Mr Harris business was growing rapidly and soon he had staff and a fleet of cars, but he was bored of living in Perth and decided to sell the business.

With the $200,000 he got for the business, he moved to Sydney at age 23 and began work as a sales consultant for a security company.

Mr Harris, pictured in Prahran, has also dabbled in larger projects.


Now having a salary – rather than being self-employed, which made getting loans difficult – Mr Harris bought a second property in the Perth suburb of Wembley: a two-bedroom unit for $115,000.

“It was an absolute dump,” Mr Harris said, adding that he used money from his business sale to fund the deposit and flew back to WA for the renovation, which he completed with a friend in 11 days.

His third property was six months later in Queenstown, a small town in Tasmania.

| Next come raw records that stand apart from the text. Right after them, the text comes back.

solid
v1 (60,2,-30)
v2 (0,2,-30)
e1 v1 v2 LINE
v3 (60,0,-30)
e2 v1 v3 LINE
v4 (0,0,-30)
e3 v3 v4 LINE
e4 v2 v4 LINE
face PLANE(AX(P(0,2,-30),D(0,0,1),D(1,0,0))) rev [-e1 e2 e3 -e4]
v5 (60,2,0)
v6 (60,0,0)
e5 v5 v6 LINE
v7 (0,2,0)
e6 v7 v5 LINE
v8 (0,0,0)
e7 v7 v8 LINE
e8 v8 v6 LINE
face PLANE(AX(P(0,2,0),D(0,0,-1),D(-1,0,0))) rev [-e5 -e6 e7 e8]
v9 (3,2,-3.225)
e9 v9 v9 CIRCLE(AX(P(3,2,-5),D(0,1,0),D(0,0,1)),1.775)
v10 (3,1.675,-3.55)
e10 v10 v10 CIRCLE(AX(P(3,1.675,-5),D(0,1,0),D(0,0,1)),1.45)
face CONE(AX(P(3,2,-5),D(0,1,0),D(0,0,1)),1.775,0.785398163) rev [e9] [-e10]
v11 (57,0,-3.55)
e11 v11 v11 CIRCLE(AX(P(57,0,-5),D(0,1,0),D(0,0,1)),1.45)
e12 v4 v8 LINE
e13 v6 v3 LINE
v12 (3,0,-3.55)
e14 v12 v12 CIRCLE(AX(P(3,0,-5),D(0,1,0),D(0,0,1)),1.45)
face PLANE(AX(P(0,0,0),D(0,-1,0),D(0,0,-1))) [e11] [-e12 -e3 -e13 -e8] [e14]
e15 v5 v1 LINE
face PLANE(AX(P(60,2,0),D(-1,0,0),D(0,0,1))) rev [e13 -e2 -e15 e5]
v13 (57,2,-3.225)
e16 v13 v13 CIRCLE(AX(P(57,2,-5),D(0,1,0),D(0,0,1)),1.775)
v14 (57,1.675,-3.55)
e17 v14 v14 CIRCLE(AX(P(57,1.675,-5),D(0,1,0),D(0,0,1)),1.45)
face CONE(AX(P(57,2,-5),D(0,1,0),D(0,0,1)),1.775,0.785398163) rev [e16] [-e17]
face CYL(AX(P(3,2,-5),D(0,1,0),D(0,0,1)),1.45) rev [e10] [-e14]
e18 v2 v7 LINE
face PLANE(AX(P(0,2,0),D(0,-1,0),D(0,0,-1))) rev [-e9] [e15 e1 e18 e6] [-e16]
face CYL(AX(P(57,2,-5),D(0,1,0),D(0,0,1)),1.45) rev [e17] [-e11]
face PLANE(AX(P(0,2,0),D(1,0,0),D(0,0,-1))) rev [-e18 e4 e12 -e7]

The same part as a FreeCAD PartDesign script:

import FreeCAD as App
import Part
import Sketcher
from FreeCAD import Vector

doc = App.newDocument("Part")
body = doc.addObject("PartDesign::Body", "Body")

sketch1 = body.newObject("Sketcher::SketchObject", "Sketch")
sketch1.AttachmentSupport = (doc.getObject("XZ_Plane"), [""])
sketch1.MapMode = "FlatFace"
sketch1.addGeometry(Part.LineSegment(Vector(0, -30, 0), Vector(0, 0, 0)), False)
sketch1.addGeometry(Part.LineSegment(Vector(0, 0, 0), Vector(60, 0, 0)), False)
sketch1.addGeometry(Part.LineSegment(Vector(60, 0, 0), Vector(60, -30, 0)), False)
sketch1.addGeometry(Part.LineSegment(Vector(60, -30, 0), Vector(0, -30, 0)), False)
sketch1.addConstraint(Sketcher.Constraint("Coincident", 0, 2, 1, 1))
sketch1.addConstraint(Sketcher.Constraint("Coincident", 1, 2, 2, 1))
sketch1.addConstraint(Sketcher.Constraint("Coincident", 2, 2, 3, 1))
sketch1.addConstraint(Sketcher.Constraint("Coincident", 3, 2, 0, 1))
sketch1.addConstraint(Sketcher.Constraint("Vertical", 0))
sketch1.addConstraint(Sketcher.Constraint("Horizontal", 1))
sketch1.addConstraint(Sketcher.Constraint("Vertical", 2))
sketch1.addConstraint(Sketcher.Constraint("Horizontal", 3))
sketch1.addConstraint(Sketcher.Constraint("Coincident", 0, 2, -1, 1))
sketch1.addConstraint(Sketcher.Constraint("DistanceX", 1, 1, 1, 2, 60.0))
sketch1.addConstraint(Sketcher.Constraint("DistanceY", 0, 1, 0, 2, 30.0))
pad1 = body.newObject("PartDesign::Pad", "Pad")
pad1.Profile = sketch1
pad1.Length = 2
pad1.Reversed = True

sketch2 = body.newObject("Sketcher::SketchObject", "Sketch001")
sketch2.AttachmentSupport = (doc.getObject("XZ_Plane"), [""])
sketch2.MapMode = "FlatFace"
sketch2.AttachmentOffset = App.Placement(Vector(0, 0, -2), App.Rotation())
sketch2.addGeometry(Part.Circle(Vector(3, -5, 0), Vector(0, 0, 1), 1.4), False)
sketch2.addGeometry(Part.Circle(Vector(57, -5, 0), Vector(0, 0, 1), 1.4), False)
sketch2.addConstraint(Sketcher.Constraint("Equal", 0, 1))
sketch2.addConstraint(Sketcher.Constraint("Horizontal", 0, 3, 1, 3))
sketch2.addConstraint(Sketcher.Constraint("Diameter", 0, 2.9))
sketch2.addConstraint(Sketcher.Constraint("DistanceX", -1, 1, 0, 3, 3.0))
sketch2.addConstraint(Sketcher.Constraint("DistanceY", 0, 3, -1, 1, 5.0))
sketch2.addConstraint(Sketcher.Constraint("DistanceX", -1, 1, 1, 3, 57.0))
doc.recompute()
hole = body.newObject("PartDesign::Hole", "Hole")
hole.Profile = sketch2
hole.ThreadType = "None"
hole.Diameter = 2.9
hole.DepthType = "ThroughAll"
hole.HoleCutType = "Countersink"
hole.HoleCutDiameter = 3.55
hole.HoleCutCountersinkAngle = 90
hole.Reversed = True

doc.recompute()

He bought the four-bedroom house for $79,000 using more cash from his business sale.

He was drawn to the purchase because the rents were more than the mortgage costs.

He later sold it for $120,000, but said it was a bad purchase. “I was following someone else’s strategy and I learnt what works for one person may not work for you.”

Luke Harris outside an investment property in the Frankston area.


By the time Mr Harris was ready to make new property investments he had moved to Melbourne and started another business. He claims the business was a success from the start.

His next purchase was a development in Bonbeach in Melbourne for $255,000 in 2005.

“It was an old house. The doors didn’t lock, it was full of rats and mice and wasn’t safe, but it was 300m from beach and close to the train station.

“It was a budget friendly renovation to tidy it up. I subdivided the block, the market picked up, and I ended up selling a few years later for a lot of money.”

This was followed by similar property plays in nearby suburbs Seaford and Carrum, just north of Frankston.

BUILDING THE PORTFOLIO

Subsequent purchases were made with a combination of refinancing previous investments to draw out equity to use as deposits.

Luke Harris’ investment in Duncraig, WA, pictured in the early 2000s, remains one of his best deals.


Most of his properties attract high rents and this helps with the debt servicing. The portfolio wouldn’t be possible without a “fantastic” mortgage broker to help, Mr Harris said.

“What I learned, is that you need a plan and you need to understand why you need that plan. So you start with your goals, set a date you want to achieve them and work out how much money you need to do it. If you have a clear goal you can work backwards. It’s not a get rich scheme. It’s slow and steady wins the race.

“You need to be patient and delay gratification. Money for holidays or cars could be used for deposits and it is going to take years before you see results. Delayed gratification makes you successful.”